» **Task objective**
Within the data below, find the string "sweep" and return each line where it occurs.

═════ Material supplied

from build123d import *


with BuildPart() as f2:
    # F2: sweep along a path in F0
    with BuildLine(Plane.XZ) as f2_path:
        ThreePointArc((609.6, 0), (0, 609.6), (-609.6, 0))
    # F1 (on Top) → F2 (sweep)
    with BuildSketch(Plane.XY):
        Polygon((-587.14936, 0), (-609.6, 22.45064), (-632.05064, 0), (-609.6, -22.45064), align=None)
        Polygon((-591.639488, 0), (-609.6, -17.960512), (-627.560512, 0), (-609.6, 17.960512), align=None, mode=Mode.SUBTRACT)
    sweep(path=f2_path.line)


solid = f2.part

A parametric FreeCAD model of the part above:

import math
import FreeCAD as App
import Part
import Sketcher
Q = App.Units.Quantity

doc = App.newDocument("Part")
body = doc.addObject("PartDesign::Body", "Body")

# Sketch on XY plane
sketch1 = body.newObject("Sketcher::SketchObject", "Sketch")
sketch1.AttachmentSupport = (doc.getObject("XY_Plane"), [""])
sketch1.MapMode = "FlatFace"
sketch1.addGeometry([
    Part.LineSegment(App.Vector(-587, 0, 0), App.Vector(-610, 22, 0)),  # 0
    Part.LineSegment(App.Vector(-610, 22, 0), App.Vector(-632, 0, 0)),  # 1
    Part.LineSegment(App.Vector(-632, 0, 0), App.Vector(-610, -22, 0)),  # 2
    Part.LineSegment(App.Vector(-610, -22, 0), App.Vector(-587, 0, 0)),  # 3
    Part.LineSegment(App.Vector(-610, 18, 0), App.Vector(-592, 0, 0)),  # 4
    Part.LineSegment(App.Vector(-592, 0, 0), App.Vector(-610, -18, 0)),  # 5
    Part.LineSegment(App.Vector(-610, -18, 0), App.Vector(-628, 0, 0)),  # 6
    Part.LineSegment(App.Vector(-628, 0, 0), App.Vector(-610, 18, 0)),  # 7
], False)
sketch1.addConstraint([
    Sketcher.Constraint("Coincident", 0, 2, 1, 1),
    Sketcher.Constraint("Coincident", 1, 2, 2, 1),
    Sketcher.Constraint("Coincident", 2, 2, 3, 1),
    Sketcher.Constraint("Coincident", 3, 2, 0, 1),
    Sketcher.Constraint("Coincident", 4, 2, 5, 1),
    Sketcher.Constraint("Coincident", 5, 2, 6, 1),
    Sketcher.Constraint("Coincident", 6, 2, 7, 1),
    Sketcher.Constraint("Coincident", 7, 2, 4, 1),
    Sketcher.Constraint("Symmetric", 0, 2, 2, 2, -1),
    Sketcher.Constraint("Symmetric", 5, 2, 7, 2, -1),
    Sketcher.Constraint("PointOnObject", 1, 2, -1),
    Sketcher.Constraint("PointOnObject", 3, 2, -1),
    Sketcher.Constraint("PointOnObject", 4, 2, -1),
    Sketcher.Constraint("PointOnObject", 6, 2, -1),
    Sketcher.Constraint("Perpendicular", 0, 1),
    Sketcher.Constraint("Perpendicular", 1, 2),
    Sketcher.Constraint("Perpendicular", 3, 4),
    Sketcher.Constraint("Perpendicular", 5, 6),
    Sketcher.Constraint("Vertical", 2, 2, 5, 2),
    Sketcher.Constraint("Distance", 4, Q("1 in")),
    Sketcher.Constraint("DistanceX", 0, 2, -1, 1, Q("24 in")),
    Sketcher.Constraint("Distance", 0, Q("1.25 in")),
])

# Sketch on XZ plane
sketch2 = body.newObject("Sketcher::SketchObject", "Sketch001")
sketch2.AttachmentSupport = (doc.getObject("XZ_Plane"), [""])
sketch2.MapMode = "FlatFace"
sketch2.addGeometry(Part.ArcOfCircle(Part.Circle(App.Vector(0, 0, 0), App.Vector(0, 0, 1), 610), math.radians(0), math.radians(180)), False)
sketch2.addConstraint([
    Sketcher.Constraint("Coincident", 0, 3, -1, 1),
    Sketcher.Constraint("PointOnObject", 0, 1, -1),
    Sketcher.Constraint("PointOnObject", 0, 2, -1),
    Sketcher.Constraint("Radius", 0, Q("24 in")),
])
doc.recompute()

additivepipe = body.newObject("PartDesign::AdditivePipe", "AdditivePipe")
additivepipe.Profile = sketch1
additivepipe.Spine = (sketch2, ["Edge1"])

doc.recompute()
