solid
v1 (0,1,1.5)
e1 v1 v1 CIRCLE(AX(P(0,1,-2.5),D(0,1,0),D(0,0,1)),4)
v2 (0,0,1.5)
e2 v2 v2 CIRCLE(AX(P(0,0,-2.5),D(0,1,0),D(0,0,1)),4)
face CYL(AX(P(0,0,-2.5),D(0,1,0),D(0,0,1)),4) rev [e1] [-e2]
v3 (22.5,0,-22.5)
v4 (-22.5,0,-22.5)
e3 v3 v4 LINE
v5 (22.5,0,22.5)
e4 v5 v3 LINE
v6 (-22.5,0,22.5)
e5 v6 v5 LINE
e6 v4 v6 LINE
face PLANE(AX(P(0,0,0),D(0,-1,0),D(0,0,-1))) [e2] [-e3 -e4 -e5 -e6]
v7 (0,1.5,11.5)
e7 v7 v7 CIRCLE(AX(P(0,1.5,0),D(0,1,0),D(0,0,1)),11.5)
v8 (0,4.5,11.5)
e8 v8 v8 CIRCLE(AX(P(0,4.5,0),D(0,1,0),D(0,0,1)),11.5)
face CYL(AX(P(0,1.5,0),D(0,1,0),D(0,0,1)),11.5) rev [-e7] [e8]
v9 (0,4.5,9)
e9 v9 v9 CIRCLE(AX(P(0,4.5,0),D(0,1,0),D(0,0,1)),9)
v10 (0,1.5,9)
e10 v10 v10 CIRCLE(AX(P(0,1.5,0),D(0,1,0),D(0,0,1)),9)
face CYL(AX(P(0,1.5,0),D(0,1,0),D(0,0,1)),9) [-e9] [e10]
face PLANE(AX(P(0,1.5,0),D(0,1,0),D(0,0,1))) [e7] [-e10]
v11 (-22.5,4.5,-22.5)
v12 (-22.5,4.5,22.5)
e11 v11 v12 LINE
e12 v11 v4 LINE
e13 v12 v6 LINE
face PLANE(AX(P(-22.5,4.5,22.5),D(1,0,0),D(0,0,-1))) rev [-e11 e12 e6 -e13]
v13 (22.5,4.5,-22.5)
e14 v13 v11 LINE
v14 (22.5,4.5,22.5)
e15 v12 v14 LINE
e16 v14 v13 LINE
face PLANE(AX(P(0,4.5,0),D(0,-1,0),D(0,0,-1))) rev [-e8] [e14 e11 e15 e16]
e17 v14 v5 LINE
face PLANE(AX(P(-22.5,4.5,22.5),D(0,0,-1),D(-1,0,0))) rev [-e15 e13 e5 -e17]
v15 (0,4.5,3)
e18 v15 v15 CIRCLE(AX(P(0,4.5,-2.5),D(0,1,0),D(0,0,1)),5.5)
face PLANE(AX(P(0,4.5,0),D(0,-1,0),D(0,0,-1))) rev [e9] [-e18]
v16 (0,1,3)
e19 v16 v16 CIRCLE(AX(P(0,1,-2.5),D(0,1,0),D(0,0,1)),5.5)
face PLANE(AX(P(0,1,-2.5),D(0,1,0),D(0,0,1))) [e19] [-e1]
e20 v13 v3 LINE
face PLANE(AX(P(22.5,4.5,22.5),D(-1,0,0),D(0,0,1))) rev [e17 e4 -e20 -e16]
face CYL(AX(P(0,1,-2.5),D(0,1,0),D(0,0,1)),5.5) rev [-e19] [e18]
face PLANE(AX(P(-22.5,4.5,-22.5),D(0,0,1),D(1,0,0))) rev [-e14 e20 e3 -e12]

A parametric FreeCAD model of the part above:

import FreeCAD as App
import Part
import Sketcher

V = App.Vector
Q = App.Units.Quantity

doc = App.newDocument("Part")
body = doc.addObject("PartDesign::Body", "Body")

sketch1 = doc.addObject("Sketcher::SketchObject", "Sketch")
body.addObject(sketch1)
sketch1.AttachmentSupport = (doc.XZ_Plane, [""])
sketch1.MapMode = "FlatFace"
sketch1.addGeometry([
    Part.LineSegment(V(-22, -22, 0), V(-22, 22, 0)),
    Part.LineSegment(V(-22, 22, 0), V(22, 22, 0)),
    Part.LineSegment(V(22, 22, 0), V(22, -22, 0)),
    Part.LineSegment(V(22, -22, 0), V(-22, -22, 0)),
], False)
sketch1.addConstraint([
    Sketcher.Constraint("Coincident", 0, 2, 1, 1),
    Sketcher.Constraint("Coincident", 1, 2, 2, 1),
    Sketcher.Constraint("Coincident", 2, 2, 3, 1),
    Sketcher.Constraint("Coincident", 3, 2, 0, 1),
    Sketcher.Constraint("Vertical", 0),
    Sketcher.Constraint("Horizontal", 1),
    Sketcher.Constraint("Vertical", 2),
    Sketcher.Constraint("Horizontal", 3),
    Sketcher.Constraint("Symmetric", 0, 2, 2, 2, -1, 1),
    Sketcher.Constraint("Equal", 3, 0),
    Sketcher.Constraint("DistanceX", 1, 1, 1, 2, Q("45 mm")),
])
pad1 = doc.addObject("PartDesign::Pad", "Pad")
body.addObject(pad1)
pad1.Profile = sketch1
pad1.Length = 4.5
pad1.Reversed = True

sketch2 = doc.addObject("Sketcher::SketchObject", "Sketch001")
body.addObject(sketch2)
sketch2.AttachmentSupport = (doc.XZ_Plane, [""])
sketch2.MapMode = "FlatFace"
sketch2.AttachmentOffset = App.Placement(V(0, 0, -4.5), App.Rotation())
sketch2.addGeometry(Part.Circle(V(0, -2, 0), V(0, 0, 1), 6), False)
sketch2.addConstraint([
    Sketcher.Constraint("PointOnObject", 0, 3, -2),
    Sketcher.Constraint("Diameter", 0, Q("11 mm")),
    Sketcher.Constraint("DistanceY", 0, 3, -1, 1, Q("2.5 mm")),
])
pocket1 = doc.addObject("PartDesign::Pocket", "Pocket")
body.addObject(pocket1)
pocket1.Profile = sketch2
pocket1.Length = 3.5
pocket1.Reversed = True

sketch3 = doc.addObject("Sketcher::SketchObject", "Sketch002")
body.addObject(sketch3)
sketch3.AttachmentSupport = (doc.XZ_Plane, [""])
sketch3.MapMode = "FlatFace"
sketch3.AttachmentOffset = App.Placement(V(0, 0, -1), App.Rotation())
sketch3.addGeometry(Part.Circle(V(0, -2.5, 0), V(0, 0, 1), 4), False)
sketch3.addConstraint([
    Sketcher.Constraint("PointOnObject", 0, 3, -2),
    Sketcher.Constraint("Diameter", 0, Q("8 mm")),
    Sketcher.Constraint("DistanceY", 0, 3, -1, 1, Q("2.5 mm")),
])
pocket2 = doc.addObject("PartDesign::Pocket", "Pocket001")
body.addObject(pocket2)
pocket2.Profile = sketch3
pocket2.Type = "ThroughAll"
pocket2.Reversed = True

sketch4 = doc.addObject("Sketcher::SketchObject", "Sketch003")
body.addObject(sketch4)
sketch4.AttachmentSupport = (doc.XZ_Plane, [""])
sketch4.MapMode = "FlatFace"
sketch4.AttachmentOffset = App.Placement(V(0, 0, -4.5), App.Rotation())
sketch4.addGeometry([
    Part.Circle(V(0, 0, 0), V(0, 0, 1), 12),
    Part.Circle(V(0, 0, 0), V(0, 0, 1), 9),
], False)
sketch4.addConstraint([
    Sketcher.Constraint("Coincident", 0, 3, -1, 1),
    Sketcher.Constraint("Coincident", 1, 3, -1, 1),
    Sketcher.Constraint("Diameter", 0, Q("23 mm")),
    Sketcher.Constraint("Diameter", 1, Q("18 mm")),
])
pocket3 = doc.addObject("PartDesign::Pocket", "Pocket002")
body.addObject(pocket3)
pocket3.Profile = sketch4
pocket3.Length = 3
pocket3.Reversed = True

doc.recompute()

══════════

» **Output for this exercise**
    # F2: sweep along a path in F0
    # F1 (on Top) → F2 (sweep)
    sweep(path=f2_path.line)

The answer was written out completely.